Numa primeira etapa o condominio usa o fundo de reserva, depois queima reservas de serviços de manutenção, depois corre para rateio, até o ponto de deixar de honrar contas dentro do limite da lei. Tudo isso gera multas e juros, onerando ainda mais o condominio. Realmente, a aplicação da lei a condominios é a maior burrice da legislatura.
No caso descrito aqui, o valor pago a advogado foi n vezes superior a multa do condominio. O que ficou tipificado aqui, má fé por parte do devedor ou uma simples defesa do texto da lei?.
Os dois autores desta trapalhada no novo Código Civil já não estão aqui para prestar contas: Ricardo Fiuza e Miguel Reale. Assim, é esperar mais 100 anos pelo novo código, quem sabe sua redação é feita por pessoas com maior vivência prática e menor teorismo.
Esta foi uma decisão acertada.
Para meu entender o novo código civil, veio para praticar justiça no condomínio, a decisão foi acertada, pois devemos respeitar o novo código civil, e infelizmente a imprensa veio prejudicar o entendimento do novo ordenamento jurídico, que conseguiu separar o bom pagador e o inandimplente reiterado contumaz, pois para aquele que por qualquer motivo justo veio atrasar a sua cota condominial não deve ser penalizado com multa abusiva, portanto 2% estará de acordo com a nova lei, já para o devedor reiterado contumaz o código civil prevê uma multa bastante elevada , bem acima de 20% conforme art. 1337 abaixo:
Art. 1337. O condômino, ou possuidor, que não cumpre reiteradamente com os seus deveres perante o condomínio poderá, pôr deliberação de três quartos dos condôminos restantes, ser constrangido a pagar multa correspondente até ao quíntuplo do valor atribuído à contribuição para as despesas condominiais, conforme a gravidade das faltas e a reiteração, independentemente das perdas e danos que se apurem.

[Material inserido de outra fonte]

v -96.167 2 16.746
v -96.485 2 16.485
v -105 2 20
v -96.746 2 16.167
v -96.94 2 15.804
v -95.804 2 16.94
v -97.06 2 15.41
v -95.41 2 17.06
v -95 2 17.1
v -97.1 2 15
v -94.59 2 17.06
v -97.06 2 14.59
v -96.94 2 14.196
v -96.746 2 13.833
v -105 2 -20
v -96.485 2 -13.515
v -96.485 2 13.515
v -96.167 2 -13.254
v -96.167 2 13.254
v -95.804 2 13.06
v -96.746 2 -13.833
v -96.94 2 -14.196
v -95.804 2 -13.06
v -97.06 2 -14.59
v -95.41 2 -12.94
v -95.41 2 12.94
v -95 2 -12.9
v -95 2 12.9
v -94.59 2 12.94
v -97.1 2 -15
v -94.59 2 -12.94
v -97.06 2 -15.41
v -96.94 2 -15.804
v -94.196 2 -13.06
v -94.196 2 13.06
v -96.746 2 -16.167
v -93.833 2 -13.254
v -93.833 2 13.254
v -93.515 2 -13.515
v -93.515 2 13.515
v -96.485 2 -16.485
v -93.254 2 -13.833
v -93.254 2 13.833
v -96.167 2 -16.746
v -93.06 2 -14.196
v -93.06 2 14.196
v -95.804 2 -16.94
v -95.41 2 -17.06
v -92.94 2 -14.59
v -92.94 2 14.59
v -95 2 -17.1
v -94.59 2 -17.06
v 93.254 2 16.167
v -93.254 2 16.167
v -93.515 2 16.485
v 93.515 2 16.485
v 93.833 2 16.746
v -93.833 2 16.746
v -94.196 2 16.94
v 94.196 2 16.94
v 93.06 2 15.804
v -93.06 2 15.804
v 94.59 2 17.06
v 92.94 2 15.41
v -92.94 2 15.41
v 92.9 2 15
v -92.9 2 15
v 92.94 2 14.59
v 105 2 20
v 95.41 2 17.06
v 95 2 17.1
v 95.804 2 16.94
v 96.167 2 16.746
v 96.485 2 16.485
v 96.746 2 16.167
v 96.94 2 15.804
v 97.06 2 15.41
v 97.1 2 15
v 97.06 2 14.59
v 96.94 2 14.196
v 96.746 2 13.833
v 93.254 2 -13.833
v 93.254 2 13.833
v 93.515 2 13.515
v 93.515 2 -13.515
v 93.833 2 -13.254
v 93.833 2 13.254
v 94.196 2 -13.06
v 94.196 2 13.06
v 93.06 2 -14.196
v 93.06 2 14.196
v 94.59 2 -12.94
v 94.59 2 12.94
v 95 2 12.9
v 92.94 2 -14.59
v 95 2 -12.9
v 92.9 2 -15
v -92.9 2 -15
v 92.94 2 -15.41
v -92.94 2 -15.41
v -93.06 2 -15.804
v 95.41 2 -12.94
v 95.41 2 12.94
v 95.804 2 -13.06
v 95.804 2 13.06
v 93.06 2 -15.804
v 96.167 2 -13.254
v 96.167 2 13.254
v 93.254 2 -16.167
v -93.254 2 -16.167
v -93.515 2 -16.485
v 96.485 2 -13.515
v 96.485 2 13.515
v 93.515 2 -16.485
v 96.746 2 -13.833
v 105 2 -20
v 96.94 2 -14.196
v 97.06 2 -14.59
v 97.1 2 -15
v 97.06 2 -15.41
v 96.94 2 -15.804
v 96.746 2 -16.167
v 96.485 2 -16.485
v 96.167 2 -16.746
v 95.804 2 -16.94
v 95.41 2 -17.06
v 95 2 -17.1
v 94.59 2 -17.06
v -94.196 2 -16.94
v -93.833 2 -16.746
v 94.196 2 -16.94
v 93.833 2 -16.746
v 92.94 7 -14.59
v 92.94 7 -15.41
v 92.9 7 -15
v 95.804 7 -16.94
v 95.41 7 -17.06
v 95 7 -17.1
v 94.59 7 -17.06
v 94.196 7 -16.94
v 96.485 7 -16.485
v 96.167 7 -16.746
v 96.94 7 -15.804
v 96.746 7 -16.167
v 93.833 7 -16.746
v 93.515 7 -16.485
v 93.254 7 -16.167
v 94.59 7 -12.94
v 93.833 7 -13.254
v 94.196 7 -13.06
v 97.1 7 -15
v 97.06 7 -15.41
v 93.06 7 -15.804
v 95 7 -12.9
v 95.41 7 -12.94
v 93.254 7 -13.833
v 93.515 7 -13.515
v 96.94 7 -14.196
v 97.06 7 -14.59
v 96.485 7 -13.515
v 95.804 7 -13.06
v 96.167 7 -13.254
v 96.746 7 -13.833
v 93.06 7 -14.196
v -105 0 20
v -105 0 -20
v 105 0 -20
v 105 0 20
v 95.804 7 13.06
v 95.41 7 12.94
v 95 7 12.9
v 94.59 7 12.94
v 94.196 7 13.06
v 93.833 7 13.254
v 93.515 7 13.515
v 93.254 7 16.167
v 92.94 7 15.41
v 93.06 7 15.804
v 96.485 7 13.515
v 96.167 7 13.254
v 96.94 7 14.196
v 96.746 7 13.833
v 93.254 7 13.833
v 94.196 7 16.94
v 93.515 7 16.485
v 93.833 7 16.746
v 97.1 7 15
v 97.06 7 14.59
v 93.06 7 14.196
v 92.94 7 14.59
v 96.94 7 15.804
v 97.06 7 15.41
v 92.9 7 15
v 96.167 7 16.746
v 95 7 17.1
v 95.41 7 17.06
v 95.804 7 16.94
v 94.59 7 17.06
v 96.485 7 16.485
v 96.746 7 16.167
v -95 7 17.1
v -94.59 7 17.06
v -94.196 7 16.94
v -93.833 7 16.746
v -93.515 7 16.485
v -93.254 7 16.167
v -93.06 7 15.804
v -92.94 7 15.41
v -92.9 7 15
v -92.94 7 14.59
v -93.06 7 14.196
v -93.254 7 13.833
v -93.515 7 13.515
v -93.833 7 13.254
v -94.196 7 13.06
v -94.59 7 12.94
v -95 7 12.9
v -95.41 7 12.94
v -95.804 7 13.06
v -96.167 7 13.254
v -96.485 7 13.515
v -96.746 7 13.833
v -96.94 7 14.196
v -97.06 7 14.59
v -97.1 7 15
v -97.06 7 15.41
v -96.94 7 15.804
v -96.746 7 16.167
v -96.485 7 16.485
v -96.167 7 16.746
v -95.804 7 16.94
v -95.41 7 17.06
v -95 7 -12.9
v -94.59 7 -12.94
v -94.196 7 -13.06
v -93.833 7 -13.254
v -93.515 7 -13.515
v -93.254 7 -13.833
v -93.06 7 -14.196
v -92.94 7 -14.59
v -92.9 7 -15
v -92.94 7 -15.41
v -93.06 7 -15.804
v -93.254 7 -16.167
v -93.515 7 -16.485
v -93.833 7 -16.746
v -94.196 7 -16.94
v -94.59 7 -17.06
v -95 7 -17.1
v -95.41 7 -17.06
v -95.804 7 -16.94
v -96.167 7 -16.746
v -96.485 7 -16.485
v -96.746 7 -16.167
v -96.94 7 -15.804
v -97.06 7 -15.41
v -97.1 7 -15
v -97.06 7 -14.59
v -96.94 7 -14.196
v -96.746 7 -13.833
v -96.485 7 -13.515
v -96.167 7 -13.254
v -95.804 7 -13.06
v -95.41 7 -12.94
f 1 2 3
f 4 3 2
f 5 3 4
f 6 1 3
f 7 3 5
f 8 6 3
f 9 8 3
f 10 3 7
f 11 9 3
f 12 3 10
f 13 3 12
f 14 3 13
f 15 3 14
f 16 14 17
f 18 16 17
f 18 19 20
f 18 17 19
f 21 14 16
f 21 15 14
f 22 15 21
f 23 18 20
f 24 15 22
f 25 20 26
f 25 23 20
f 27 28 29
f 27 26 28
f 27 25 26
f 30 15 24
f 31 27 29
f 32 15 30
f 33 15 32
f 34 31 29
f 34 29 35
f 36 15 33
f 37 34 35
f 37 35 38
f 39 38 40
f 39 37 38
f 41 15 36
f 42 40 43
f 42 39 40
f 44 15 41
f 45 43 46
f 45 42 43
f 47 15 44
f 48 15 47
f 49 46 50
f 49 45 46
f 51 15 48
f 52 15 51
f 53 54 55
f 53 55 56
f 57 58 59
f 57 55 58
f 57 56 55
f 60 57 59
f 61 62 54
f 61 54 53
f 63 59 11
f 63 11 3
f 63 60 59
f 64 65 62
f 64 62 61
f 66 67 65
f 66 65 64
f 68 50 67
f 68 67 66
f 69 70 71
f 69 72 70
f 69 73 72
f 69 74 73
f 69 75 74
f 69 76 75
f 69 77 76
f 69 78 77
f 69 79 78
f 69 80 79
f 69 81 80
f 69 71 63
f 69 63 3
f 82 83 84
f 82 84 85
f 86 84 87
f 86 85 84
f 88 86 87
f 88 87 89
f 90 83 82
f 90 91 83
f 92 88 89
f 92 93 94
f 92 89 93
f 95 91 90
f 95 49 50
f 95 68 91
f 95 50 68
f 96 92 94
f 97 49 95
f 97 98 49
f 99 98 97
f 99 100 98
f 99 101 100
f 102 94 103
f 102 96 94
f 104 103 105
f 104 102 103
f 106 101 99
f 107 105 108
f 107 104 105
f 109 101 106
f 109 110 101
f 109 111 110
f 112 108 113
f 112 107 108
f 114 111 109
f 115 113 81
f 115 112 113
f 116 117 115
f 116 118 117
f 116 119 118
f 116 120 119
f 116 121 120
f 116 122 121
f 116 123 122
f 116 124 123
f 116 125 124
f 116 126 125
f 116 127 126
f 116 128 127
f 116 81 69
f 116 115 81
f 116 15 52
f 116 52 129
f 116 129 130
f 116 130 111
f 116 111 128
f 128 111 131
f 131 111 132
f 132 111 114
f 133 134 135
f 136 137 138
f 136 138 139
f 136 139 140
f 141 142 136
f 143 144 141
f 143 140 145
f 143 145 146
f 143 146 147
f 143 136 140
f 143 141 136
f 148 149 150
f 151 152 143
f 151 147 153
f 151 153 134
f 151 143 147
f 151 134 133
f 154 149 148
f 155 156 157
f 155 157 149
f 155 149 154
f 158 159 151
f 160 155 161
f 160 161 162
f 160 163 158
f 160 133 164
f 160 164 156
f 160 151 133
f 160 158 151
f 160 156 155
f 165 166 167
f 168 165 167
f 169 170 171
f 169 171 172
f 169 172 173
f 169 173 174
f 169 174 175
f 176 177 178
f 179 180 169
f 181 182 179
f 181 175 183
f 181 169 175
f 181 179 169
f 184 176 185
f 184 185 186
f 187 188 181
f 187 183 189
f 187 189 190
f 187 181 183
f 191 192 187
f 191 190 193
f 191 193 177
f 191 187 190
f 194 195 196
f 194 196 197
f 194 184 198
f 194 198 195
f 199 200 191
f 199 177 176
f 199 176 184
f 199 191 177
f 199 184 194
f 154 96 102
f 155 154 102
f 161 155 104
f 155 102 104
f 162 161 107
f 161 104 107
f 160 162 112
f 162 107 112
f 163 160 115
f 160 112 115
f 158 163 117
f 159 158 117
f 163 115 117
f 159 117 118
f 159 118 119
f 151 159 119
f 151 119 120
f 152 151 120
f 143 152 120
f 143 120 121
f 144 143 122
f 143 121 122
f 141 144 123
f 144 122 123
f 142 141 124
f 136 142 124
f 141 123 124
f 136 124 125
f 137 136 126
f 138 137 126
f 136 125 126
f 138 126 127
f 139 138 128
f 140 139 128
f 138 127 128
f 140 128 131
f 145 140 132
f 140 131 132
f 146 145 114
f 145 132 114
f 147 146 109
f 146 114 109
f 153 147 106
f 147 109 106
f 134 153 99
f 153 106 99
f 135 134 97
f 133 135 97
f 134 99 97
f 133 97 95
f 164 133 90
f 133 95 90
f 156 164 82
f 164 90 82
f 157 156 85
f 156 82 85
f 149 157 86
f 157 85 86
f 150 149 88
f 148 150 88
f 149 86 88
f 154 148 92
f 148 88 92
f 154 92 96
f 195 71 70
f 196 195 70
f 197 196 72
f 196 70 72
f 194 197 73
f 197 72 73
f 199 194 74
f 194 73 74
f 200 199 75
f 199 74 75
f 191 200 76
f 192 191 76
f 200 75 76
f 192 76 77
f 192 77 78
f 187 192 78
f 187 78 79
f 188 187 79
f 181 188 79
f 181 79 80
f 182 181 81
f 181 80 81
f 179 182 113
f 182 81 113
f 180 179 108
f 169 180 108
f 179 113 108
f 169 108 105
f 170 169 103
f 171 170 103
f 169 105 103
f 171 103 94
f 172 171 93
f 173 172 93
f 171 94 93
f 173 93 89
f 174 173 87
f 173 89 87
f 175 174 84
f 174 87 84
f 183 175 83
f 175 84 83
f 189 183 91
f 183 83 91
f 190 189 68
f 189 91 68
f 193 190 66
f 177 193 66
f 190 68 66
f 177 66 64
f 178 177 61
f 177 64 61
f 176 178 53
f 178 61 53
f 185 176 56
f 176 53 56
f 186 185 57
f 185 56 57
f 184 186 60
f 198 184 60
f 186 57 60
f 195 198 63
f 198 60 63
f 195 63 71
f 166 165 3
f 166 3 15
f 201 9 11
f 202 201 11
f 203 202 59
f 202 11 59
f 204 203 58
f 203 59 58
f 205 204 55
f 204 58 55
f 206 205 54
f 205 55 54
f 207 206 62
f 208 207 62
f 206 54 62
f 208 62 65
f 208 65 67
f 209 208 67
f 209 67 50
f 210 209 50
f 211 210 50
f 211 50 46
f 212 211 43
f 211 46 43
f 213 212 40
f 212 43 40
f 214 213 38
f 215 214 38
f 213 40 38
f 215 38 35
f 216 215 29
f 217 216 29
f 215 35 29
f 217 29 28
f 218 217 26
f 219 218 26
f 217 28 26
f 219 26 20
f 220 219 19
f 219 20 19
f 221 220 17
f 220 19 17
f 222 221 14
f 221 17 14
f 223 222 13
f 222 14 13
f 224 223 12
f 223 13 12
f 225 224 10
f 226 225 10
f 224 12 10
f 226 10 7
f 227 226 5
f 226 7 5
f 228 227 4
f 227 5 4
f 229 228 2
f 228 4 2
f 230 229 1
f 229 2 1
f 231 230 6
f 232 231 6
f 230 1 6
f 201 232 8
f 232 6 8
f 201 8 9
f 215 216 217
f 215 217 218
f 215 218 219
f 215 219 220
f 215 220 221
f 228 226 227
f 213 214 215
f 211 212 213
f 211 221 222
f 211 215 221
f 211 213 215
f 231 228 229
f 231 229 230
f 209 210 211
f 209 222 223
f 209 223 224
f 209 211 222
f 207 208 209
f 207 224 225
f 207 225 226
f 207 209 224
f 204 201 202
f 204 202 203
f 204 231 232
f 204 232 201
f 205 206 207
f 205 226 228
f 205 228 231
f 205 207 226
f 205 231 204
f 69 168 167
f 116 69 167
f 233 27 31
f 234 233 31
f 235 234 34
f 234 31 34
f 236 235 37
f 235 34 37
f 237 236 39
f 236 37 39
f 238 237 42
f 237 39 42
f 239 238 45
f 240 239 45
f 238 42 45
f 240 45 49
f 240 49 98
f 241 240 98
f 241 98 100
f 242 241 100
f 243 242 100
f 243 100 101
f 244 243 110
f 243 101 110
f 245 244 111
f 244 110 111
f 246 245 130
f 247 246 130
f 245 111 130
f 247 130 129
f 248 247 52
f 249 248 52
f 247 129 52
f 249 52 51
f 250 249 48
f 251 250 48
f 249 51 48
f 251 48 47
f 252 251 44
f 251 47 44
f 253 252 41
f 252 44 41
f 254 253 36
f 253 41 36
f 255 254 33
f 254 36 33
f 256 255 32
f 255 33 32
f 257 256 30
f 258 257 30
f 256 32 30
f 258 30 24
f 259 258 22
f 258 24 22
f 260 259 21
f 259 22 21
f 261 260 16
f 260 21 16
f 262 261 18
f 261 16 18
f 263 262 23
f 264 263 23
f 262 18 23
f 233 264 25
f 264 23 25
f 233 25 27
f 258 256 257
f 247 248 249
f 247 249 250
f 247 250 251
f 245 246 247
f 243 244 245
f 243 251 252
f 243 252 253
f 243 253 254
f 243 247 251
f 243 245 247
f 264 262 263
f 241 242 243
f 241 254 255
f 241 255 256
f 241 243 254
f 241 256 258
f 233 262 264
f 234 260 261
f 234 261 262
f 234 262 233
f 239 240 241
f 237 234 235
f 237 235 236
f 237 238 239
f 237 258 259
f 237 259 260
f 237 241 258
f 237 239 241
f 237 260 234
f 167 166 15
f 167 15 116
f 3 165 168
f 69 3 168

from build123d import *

# Parameters (mm, degrees)
SKETCH_1_W      = 210
SKETCH_1_H      = 40
EXTRUDE_1_DEPTH = 2
SKETCH_2_R      = 2.1
EXTRUDE_2_DEPTH = 5


with BuildPart() as part:
    # 草图1 → 凸台-拉伸1 (new body)
    with BuildSketch(Plane(origin=(0, 0, 0), x_dir=(1, 0, 0), z_dir=(0, 1, 0))):
        Rectangle(SKETCH_1_W, SKETCH_1_H)
    extrude(amount=EXTRUDE_1_DEPTH)

    # 草图2 → 凸台-拉伸2 (add)
    with BuildSketch(Plane(origin=(0, 2, 0), x_dir=(1, 0, 0), z_dir=(0, 1, 0))):
        with Locations(Location((95, -15, 0), (0, 0, 270))):
            Circle(SKETCH_2_R)
        with Locations(Location((95, 15, 0), (0, 0, 270))):
            Circle(SKETCH_2_R)
        with Locations(Location((-95, 15, 0), (0, 0, 270))):
            Circle(SKETCH_2_R)
        with Locations(Location((-95, -15, 0), (0, 0, 270))):
            Circle(SKETCH_2_R)
    extrude(amount=EXTRUDE_2_DEPTH)


solid = part.part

Embora o novo código civil transferiu mais poderes para o condomínio, afim de que o mesmo defina o reiterado contumaz, que deverá os condôminos definir o reiterado, e o valor da multa para cada caso.
Portanto para mm o novo codigo veio somente beneficiar o condomínio e separar pequenos atrasos , com inadimplentes reiterados.
Abraços de Sidney.
Estou com meu condominio atrasado, e a adminsitradora, entrou com uma ação na justiça, que terá julgamento em novembro, devo entrar em contato e negociar o atraso? E fazendo isto o condominio retira a ação?